*** RECORD SET ***

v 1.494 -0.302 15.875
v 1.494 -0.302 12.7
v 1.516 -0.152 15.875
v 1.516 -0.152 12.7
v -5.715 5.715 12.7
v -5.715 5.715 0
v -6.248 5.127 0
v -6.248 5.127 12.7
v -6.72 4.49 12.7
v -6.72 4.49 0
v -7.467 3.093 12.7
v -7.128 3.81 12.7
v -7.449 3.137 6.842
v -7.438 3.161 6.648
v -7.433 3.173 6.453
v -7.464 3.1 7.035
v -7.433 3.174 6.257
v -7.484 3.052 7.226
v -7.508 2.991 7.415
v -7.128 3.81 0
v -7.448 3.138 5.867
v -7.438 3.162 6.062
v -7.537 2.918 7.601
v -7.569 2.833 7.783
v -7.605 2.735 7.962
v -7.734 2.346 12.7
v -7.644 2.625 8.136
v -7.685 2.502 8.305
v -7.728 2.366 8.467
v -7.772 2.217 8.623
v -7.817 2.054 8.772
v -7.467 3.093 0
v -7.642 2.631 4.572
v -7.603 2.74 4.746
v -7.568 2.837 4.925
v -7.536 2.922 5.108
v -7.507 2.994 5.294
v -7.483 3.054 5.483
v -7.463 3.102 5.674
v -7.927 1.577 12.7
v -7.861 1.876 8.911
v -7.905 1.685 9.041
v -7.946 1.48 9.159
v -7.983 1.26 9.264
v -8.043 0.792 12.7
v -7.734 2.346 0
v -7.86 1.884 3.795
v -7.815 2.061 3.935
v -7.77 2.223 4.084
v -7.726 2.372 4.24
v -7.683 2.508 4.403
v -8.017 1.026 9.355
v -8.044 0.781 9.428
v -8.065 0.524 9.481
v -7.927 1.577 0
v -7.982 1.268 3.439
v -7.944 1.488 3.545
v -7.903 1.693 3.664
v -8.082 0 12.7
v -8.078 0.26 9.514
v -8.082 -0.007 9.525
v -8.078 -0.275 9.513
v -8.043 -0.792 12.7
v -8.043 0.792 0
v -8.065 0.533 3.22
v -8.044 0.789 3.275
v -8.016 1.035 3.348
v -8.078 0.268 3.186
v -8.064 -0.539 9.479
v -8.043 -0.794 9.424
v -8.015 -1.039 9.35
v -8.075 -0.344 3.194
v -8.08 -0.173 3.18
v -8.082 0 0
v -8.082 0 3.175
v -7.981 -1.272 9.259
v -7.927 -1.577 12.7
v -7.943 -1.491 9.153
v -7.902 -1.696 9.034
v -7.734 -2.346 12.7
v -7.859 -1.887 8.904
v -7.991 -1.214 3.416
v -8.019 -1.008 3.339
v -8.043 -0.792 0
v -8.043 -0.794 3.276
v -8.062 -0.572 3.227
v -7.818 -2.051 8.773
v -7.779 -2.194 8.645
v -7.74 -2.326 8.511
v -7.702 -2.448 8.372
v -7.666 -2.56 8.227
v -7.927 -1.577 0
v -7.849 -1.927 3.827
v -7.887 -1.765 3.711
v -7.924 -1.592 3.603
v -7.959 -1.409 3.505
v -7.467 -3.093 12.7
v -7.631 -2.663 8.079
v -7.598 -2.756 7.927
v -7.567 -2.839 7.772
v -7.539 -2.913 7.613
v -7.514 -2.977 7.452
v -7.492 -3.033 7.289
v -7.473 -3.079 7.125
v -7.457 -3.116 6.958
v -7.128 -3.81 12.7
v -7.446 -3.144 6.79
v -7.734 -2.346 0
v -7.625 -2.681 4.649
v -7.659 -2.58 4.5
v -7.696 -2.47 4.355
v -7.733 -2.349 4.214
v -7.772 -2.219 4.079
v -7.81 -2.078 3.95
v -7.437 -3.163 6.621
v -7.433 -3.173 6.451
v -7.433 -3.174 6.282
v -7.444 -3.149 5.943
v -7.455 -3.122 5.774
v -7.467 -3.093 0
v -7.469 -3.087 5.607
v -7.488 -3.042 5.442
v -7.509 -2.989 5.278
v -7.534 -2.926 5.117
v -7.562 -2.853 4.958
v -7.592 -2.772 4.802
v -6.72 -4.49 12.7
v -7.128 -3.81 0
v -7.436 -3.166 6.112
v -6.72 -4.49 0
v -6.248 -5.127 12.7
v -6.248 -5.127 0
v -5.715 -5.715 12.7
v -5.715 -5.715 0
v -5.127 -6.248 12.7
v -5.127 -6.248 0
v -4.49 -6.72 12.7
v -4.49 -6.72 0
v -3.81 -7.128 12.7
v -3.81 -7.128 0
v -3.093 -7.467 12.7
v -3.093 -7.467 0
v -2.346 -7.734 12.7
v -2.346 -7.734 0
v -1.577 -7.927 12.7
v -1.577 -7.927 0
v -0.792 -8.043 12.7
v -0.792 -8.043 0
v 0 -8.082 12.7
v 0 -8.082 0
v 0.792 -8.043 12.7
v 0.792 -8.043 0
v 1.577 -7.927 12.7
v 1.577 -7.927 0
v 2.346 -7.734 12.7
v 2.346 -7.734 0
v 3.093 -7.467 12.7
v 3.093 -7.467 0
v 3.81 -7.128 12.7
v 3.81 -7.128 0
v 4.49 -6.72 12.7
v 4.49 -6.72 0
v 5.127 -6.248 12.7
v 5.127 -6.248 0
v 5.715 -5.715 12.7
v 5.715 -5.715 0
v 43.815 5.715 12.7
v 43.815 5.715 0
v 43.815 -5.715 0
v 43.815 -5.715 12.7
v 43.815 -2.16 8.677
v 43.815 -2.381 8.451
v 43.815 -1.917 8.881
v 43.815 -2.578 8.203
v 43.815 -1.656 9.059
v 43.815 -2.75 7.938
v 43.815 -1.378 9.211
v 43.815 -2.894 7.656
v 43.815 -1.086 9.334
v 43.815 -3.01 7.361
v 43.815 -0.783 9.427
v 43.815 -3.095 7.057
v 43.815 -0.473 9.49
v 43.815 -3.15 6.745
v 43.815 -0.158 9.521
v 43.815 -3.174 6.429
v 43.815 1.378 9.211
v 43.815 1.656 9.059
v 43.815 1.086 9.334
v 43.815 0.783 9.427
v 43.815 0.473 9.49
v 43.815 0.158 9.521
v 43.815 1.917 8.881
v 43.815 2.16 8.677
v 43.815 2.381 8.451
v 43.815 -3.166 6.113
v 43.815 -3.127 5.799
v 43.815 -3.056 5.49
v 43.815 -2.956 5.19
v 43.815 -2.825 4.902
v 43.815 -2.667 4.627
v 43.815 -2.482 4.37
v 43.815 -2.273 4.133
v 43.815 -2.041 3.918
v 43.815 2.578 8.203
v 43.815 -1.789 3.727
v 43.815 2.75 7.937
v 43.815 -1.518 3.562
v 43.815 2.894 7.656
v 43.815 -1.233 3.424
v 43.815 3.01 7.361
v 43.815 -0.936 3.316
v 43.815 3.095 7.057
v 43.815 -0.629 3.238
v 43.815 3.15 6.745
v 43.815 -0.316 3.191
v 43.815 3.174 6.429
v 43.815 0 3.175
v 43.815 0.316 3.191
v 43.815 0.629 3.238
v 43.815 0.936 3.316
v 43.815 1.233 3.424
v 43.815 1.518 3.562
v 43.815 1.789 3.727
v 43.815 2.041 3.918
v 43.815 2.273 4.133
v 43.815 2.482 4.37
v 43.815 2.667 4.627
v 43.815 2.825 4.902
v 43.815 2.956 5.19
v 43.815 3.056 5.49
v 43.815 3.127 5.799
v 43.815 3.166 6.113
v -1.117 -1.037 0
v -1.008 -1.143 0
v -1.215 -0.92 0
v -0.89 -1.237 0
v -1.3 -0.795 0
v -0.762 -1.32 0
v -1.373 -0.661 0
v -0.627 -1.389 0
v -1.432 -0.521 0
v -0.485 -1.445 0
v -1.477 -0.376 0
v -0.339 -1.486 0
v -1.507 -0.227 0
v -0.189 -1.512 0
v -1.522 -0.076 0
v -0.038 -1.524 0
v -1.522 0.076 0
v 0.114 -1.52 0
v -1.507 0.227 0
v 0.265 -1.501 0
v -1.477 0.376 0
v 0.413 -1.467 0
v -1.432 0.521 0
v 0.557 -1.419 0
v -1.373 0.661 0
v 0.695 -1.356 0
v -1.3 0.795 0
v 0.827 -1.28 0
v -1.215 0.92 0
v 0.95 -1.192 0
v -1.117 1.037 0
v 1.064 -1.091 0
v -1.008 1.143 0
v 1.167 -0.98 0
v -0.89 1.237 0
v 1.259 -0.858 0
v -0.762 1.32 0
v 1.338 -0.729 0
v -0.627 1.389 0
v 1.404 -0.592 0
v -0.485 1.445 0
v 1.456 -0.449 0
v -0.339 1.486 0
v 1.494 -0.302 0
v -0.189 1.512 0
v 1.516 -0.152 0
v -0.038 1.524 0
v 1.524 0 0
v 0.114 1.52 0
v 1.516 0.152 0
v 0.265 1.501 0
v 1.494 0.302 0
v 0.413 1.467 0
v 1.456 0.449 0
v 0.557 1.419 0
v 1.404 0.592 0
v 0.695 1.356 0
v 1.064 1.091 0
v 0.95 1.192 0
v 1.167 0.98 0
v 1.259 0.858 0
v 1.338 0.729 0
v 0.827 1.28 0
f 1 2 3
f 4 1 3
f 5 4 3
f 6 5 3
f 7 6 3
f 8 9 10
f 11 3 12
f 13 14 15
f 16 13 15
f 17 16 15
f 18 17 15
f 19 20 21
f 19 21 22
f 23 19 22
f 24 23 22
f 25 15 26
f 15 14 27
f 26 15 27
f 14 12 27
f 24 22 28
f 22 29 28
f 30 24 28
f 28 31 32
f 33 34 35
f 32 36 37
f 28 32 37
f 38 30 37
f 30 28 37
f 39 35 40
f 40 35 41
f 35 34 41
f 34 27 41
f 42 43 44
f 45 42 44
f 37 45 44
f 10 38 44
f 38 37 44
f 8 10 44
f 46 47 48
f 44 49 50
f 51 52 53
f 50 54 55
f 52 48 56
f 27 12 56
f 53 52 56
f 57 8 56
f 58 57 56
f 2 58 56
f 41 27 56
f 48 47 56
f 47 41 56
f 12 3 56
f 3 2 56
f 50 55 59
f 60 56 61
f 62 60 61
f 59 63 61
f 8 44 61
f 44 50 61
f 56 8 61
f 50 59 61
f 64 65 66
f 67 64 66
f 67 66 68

*** End of RECORD SET ***

All that is wanted is an exact copy of the lines above from the one with "v -8.065 0.524 9.481" through the one with "v -7.514 -2.977 7.452", with both ends included.

ANSWER TO THE PROBLEM:
v -8.065 0.524 9.481
v -7.927 1.577 0
v -7.982 1.268 3.439
v -7.944 1.488 3.545
v -7.903 1.693 3.664
v -8.082 0 12.7
v -8.078 0.26 9.514
v -8.082 -0.007 9.525
v -8.078 -0.275 9.513
v -8.043 -0.792 12.7
v -8.043 0.792 0
v -8.065 0.533 3.22
v -8.044 0.789 3.275
v -8.016 1.035 3.348
v -8.078 0.268 3.186
v -8.064 -0.539 9.479
v -8.043 -0.794 9.424
v -8.015 -1.039 9.35
v -8.075 -0.344 3.194
v -8.08 -0.173 3.18
v -8.082 0 0
v -8.082 0 3.175
v -7.981 -1.272 9.259
v -7.927 -1.577 12.7
v -7.943 -1.491 9.153
v -7.902 -1.696 9.034
v -7.734 -2.346 12.7
v -7.859 -1.887 8.904
v -7.991 -1.214 3.416
v -8.019 -1.008 3.339
v -8.043 -0.792 0
v -8.043 -0.794 3.276
v -8.062 -0.572 3.227
v -7.818 -2.051 8.773
v -7.779 -2.194 8.645
v -7.74 -2.326 8.511
v -7.702 -2.448 8.372
v -7.666 -2.56 8.227
v -7.927 -1.577 0
v -7.849 -1.927 3.827
v -7.887 -1.765 3.711
v -7.924 -1.592 3.603
v -7.959 -1.409 3.505
v -7.467 -3.093 12.7
v -7.631 -2.663 8.079
v -7.598 -2.756 7.927
v -7.567 -2.839 7.772
v -7.539 -2.913 7.613
v -7.514 -2.977 7.452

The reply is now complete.